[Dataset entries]
•••
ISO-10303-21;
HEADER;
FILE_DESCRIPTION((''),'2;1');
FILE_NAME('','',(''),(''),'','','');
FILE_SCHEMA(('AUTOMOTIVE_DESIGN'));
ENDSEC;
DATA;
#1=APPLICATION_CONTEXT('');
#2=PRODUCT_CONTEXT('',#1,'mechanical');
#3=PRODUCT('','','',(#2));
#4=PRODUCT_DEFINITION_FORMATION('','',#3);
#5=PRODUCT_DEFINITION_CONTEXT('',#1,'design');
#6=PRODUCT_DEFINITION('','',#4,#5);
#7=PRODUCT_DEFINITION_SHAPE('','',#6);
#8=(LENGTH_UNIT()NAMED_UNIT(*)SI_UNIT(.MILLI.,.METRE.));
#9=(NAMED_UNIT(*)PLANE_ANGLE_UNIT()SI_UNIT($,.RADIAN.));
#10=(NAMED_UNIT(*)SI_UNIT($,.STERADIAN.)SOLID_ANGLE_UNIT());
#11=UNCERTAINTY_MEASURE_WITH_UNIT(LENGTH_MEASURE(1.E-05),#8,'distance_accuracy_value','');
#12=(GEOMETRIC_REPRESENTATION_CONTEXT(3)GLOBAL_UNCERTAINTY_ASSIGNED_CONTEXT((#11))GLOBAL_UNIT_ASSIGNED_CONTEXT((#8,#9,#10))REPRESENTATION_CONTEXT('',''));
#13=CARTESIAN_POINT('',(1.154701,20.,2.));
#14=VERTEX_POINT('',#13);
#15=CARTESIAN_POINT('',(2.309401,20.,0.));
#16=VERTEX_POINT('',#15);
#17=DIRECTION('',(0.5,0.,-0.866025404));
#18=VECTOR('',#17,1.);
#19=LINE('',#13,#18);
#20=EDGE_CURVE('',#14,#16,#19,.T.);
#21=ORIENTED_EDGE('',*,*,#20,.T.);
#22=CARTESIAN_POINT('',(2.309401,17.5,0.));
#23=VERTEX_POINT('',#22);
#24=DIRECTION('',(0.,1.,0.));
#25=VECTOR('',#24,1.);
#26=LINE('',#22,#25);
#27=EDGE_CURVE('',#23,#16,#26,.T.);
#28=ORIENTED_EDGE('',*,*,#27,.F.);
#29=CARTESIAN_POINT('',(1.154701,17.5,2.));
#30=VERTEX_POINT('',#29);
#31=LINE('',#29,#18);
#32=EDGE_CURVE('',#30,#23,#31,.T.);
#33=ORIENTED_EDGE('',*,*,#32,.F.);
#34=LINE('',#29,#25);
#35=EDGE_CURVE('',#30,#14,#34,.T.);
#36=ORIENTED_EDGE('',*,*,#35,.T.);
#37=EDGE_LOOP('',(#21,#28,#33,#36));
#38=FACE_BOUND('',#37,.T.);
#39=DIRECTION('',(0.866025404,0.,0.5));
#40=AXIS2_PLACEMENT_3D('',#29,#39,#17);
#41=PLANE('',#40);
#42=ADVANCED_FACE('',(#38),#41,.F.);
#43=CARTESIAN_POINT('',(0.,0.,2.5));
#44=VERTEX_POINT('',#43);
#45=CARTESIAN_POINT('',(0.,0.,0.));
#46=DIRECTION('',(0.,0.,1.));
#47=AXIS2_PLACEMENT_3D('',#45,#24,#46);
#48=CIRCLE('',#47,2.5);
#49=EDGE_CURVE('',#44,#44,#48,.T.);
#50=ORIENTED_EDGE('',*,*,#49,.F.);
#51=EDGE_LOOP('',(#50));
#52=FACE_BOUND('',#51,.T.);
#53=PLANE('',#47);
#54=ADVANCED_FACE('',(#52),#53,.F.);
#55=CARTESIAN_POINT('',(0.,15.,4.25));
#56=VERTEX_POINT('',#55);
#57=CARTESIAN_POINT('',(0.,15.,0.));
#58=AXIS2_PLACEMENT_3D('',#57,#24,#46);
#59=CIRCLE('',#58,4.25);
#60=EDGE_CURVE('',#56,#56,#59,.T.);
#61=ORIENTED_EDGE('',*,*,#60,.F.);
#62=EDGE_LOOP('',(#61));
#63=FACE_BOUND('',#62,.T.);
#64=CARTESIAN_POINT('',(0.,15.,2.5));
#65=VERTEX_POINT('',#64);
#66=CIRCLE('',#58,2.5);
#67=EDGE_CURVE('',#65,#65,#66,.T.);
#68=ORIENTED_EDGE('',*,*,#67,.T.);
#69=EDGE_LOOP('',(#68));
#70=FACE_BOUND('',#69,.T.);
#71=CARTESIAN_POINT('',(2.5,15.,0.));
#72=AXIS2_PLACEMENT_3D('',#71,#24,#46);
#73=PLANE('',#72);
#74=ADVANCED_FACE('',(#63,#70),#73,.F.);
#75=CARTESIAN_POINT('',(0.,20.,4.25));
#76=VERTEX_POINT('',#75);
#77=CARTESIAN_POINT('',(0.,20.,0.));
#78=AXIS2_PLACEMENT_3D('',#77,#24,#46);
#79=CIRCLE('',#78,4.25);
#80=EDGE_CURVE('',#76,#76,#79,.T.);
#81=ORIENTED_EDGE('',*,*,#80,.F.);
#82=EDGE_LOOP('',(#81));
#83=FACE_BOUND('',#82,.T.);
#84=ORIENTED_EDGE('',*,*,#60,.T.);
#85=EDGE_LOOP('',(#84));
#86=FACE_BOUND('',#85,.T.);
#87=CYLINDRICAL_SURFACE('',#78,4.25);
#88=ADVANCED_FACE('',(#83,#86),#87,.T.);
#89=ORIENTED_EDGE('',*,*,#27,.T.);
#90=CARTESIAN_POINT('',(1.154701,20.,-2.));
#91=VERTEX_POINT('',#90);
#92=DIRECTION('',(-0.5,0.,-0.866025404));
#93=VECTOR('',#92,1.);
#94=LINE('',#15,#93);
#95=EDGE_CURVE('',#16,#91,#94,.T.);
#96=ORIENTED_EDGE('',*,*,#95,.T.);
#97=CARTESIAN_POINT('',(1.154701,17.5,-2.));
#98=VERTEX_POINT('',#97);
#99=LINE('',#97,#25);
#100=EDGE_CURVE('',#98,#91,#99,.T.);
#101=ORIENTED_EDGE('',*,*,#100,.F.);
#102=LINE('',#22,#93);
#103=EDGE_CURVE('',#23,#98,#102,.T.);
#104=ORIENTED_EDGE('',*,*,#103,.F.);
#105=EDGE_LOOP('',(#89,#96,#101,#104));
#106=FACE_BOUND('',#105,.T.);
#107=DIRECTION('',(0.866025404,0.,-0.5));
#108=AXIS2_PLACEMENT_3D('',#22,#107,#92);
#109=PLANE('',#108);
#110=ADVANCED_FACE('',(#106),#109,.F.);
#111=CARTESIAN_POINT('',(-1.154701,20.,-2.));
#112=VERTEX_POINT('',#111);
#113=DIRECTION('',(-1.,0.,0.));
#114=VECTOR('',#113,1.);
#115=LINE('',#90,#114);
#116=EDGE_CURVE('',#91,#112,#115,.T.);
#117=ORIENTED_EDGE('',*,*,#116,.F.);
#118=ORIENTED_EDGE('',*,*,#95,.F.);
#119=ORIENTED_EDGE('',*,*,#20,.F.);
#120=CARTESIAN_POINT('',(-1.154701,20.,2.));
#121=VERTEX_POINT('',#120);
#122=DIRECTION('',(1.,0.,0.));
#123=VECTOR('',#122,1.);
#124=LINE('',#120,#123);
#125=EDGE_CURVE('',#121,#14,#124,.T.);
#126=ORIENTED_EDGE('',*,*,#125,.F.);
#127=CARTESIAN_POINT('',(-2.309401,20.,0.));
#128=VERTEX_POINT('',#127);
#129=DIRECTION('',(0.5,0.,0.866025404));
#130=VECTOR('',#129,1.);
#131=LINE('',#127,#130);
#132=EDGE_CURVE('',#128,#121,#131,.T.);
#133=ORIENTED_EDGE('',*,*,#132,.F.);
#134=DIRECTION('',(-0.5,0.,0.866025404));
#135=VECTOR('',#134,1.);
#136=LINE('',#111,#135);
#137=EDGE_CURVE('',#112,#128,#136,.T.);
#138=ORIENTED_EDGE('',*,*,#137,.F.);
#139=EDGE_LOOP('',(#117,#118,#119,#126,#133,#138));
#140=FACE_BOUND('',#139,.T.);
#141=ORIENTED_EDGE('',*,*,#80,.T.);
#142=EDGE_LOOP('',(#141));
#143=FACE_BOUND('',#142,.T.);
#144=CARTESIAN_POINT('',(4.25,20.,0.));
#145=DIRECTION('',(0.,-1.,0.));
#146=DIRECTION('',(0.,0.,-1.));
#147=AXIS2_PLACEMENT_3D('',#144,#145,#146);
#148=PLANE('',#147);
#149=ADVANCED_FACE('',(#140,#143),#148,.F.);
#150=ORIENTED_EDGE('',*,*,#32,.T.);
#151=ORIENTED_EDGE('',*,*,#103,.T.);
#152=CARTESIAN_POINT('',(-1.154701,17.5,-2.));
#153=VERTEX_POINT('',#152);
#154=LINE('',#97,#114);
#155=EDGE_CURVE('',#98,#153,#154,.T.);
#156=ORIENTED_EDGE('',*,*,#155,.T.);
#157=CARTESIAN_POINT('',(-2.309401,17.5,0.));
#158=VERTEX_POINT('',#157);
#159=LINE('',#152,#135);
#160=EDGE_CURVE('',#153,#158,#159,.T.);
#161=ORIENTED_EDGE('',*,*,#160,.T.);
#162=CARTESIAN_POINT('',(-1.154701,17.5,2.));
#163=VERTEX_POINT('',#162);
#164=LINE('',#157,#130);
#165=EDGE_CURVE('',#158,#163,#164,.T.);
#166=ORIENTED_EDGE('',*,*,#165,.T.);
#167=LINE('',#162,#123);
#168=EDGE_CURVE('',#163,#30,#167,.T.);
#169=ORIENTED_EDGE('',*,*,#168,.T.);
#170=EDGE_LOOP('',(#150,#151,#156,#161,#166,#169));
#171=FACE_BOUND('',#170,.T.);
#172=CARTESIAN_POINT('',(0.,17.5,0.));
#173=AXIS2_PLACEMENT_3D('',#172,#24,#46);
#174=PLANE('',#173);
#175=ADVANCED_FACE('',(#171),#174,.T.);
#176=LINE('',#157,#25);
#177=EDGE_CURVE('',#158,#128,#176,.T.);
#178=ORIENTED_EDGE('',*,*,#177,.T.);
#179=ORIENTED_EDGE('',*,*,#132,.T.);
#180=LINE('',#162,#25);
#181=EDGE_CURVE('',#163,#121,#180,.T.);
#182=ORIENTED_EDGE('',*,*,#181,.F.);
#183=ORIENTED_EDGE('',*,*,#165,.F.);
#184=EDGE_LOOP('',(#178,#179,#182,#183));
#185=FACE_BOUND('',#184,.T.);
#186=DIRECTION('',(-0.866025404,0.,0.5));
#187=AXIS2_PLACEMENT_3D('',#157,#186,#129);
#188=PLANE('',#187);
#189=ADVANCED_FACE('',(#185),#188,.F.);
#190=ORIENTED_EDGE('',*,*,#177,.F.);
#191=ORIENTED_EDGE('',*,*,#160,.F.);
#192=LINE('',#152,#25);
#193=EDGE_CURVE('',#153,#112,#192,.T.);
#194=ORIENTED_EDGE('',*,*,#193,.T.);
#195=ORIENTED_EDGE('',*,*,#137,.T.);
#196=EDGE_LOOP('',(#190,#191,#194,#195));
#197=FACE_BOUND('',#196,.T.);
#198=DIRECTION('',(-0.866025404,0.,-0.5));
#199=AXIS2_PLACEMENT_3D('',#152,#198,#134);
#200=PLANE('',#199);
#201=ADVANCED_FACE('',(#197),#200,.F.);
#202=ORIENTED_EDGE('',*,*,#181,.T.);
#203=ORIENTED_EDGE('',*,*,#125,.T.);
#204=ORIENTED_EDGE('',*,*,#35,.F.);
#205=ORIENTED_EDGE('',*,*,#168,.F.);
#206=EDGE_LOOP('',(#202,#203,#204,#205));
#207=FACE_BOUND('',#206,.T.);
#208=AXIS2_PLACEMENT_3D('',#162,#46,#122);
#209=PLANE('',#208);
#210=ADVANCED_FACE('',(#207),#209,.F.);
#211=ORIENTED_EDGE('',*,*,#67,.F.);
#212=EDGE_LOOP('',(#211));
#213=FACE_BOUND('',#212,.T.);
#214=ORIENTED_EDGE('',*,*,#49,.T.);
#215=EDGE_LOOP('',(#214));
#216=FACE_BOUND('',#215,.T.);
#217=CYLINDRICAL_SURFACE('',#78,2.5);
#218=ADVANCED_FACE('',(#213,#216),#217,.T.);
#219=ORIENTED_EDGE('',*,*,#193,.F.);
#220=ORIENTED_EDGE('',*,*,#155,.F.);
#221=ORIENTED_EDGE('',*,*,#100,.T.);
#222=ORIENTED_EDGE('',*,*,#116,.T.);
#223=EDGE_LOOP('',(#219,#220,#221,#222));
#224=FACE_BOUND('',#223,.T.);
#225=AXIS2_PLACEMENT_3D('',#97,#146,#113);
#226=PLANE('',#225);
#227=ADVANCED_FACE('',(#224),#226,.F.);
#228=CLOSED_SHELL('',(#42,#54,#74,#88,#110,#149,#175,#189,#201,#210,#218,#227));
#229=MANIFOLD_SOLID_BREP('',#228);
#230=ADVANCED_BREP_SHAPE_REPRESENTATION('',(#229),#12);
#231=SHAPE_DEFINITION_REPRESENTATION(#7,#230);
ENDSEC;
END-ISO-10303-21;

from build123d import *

# Parameters (mm, degrees)
CUT_EXTRUDE1_DEPTH = 2.5


with BuildPart() as part:
    # Sketch1 → Revolve1 (revolve)
    with BuildSketch(Plane.XY, mode=Mode.PRIVATE) as revolve1_sk:
        Polygon((0, 0), (2.5, 0), (2.5, 15), (4.25, 15), (4.25, 20), (0, 20), align=None)
    revolve(revolve1_sk.sketch.rotate(Axis((0, 20, 0), (0, -1, 0)), 90), axis=Axis((0, 20, 0), (0, -1, 0)))

    # Sketch2 → Cut-Extrude1 (cut)
    with BuildSketch(Plane(origin=(0, 20, 0), x_dir=(1, 0, 0), z_dir=(0, 1, 0))):
        Polygon((1.154700538, 2), (-1.154700538, 2), (-2.309401077, 0), (-1.154700538, -2), (1.154700538, -2), (2.309401077, 0), align=None)
    extrude(amount=-CUT_EXTRUDE1_DEPTH, mode=Mode.SUBTRACT)


solid = part.part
•••
Activity:
Taking the records above, retype every line from the one with "#70=FACE_BOUND('',#69,.T.);" down to the one with "#96=ORIENTED_EDGE('',*,*,#95,.T.);", exactly and with nothing else.

Exercise output:
#70=FACE_BOUND('',#69,.T.);
#71=CARTESIAN_POINT('',(2.5,15.,0.));
#72=AXIS2_PLACEMENT_3D('',#71,#24,#46);
#73=PLANE('',#72);
#74=ADVANCED_FACE('',(#63,#70),#73,.F.);
#75=CARTESIAN_POINT('',(0.,20.,4.25));
#76=VERTEX_POINT('',#75);
#77=CARTESIAN_POINT('',(0.,20.,0.));
#78=AXIS2_PLACEMENT_3D('',#77,#24,#46);
#79=CIRCLE('',#78,4.25);
#80=EDGE_CURVE('',#76,#76,#79,.T.);
#81=ORIENTED_EDGE('',*,*,#80,.F.);
#82=EDGE_LOOP('',(#81));
#83=FACE_BOUND('',#82,.T.);
#84=ORIENTED_EDGE('',*,*,#60,.T.);
#85=EDGE_LOOP('',(#84));
#86=FACE_BOUND('',#85,.T.);
#87=CYLINDRICAL_SURFACE('',#78,4.25);
#88=ADVANCED_FACE('',(#83,#86),#87,.T.);
#89=ORIENTED_EDGE('',*,*,#27,.T.);
#90=CARTESIAN_POINT('',(1.154701,20.,-2.));
#91=VERTEX_POINT('',#90);
#92=DIRECTION('',(-0.5,0.,-0.866025404));
#93=VECTOR('',#92,1.);
#94=LINE('',#15,#93);
#95=EDGE_CURVE('',#16,#91,#94,.T.);
#96=ORIENTED_EDGE('',*,*,#95,.T.);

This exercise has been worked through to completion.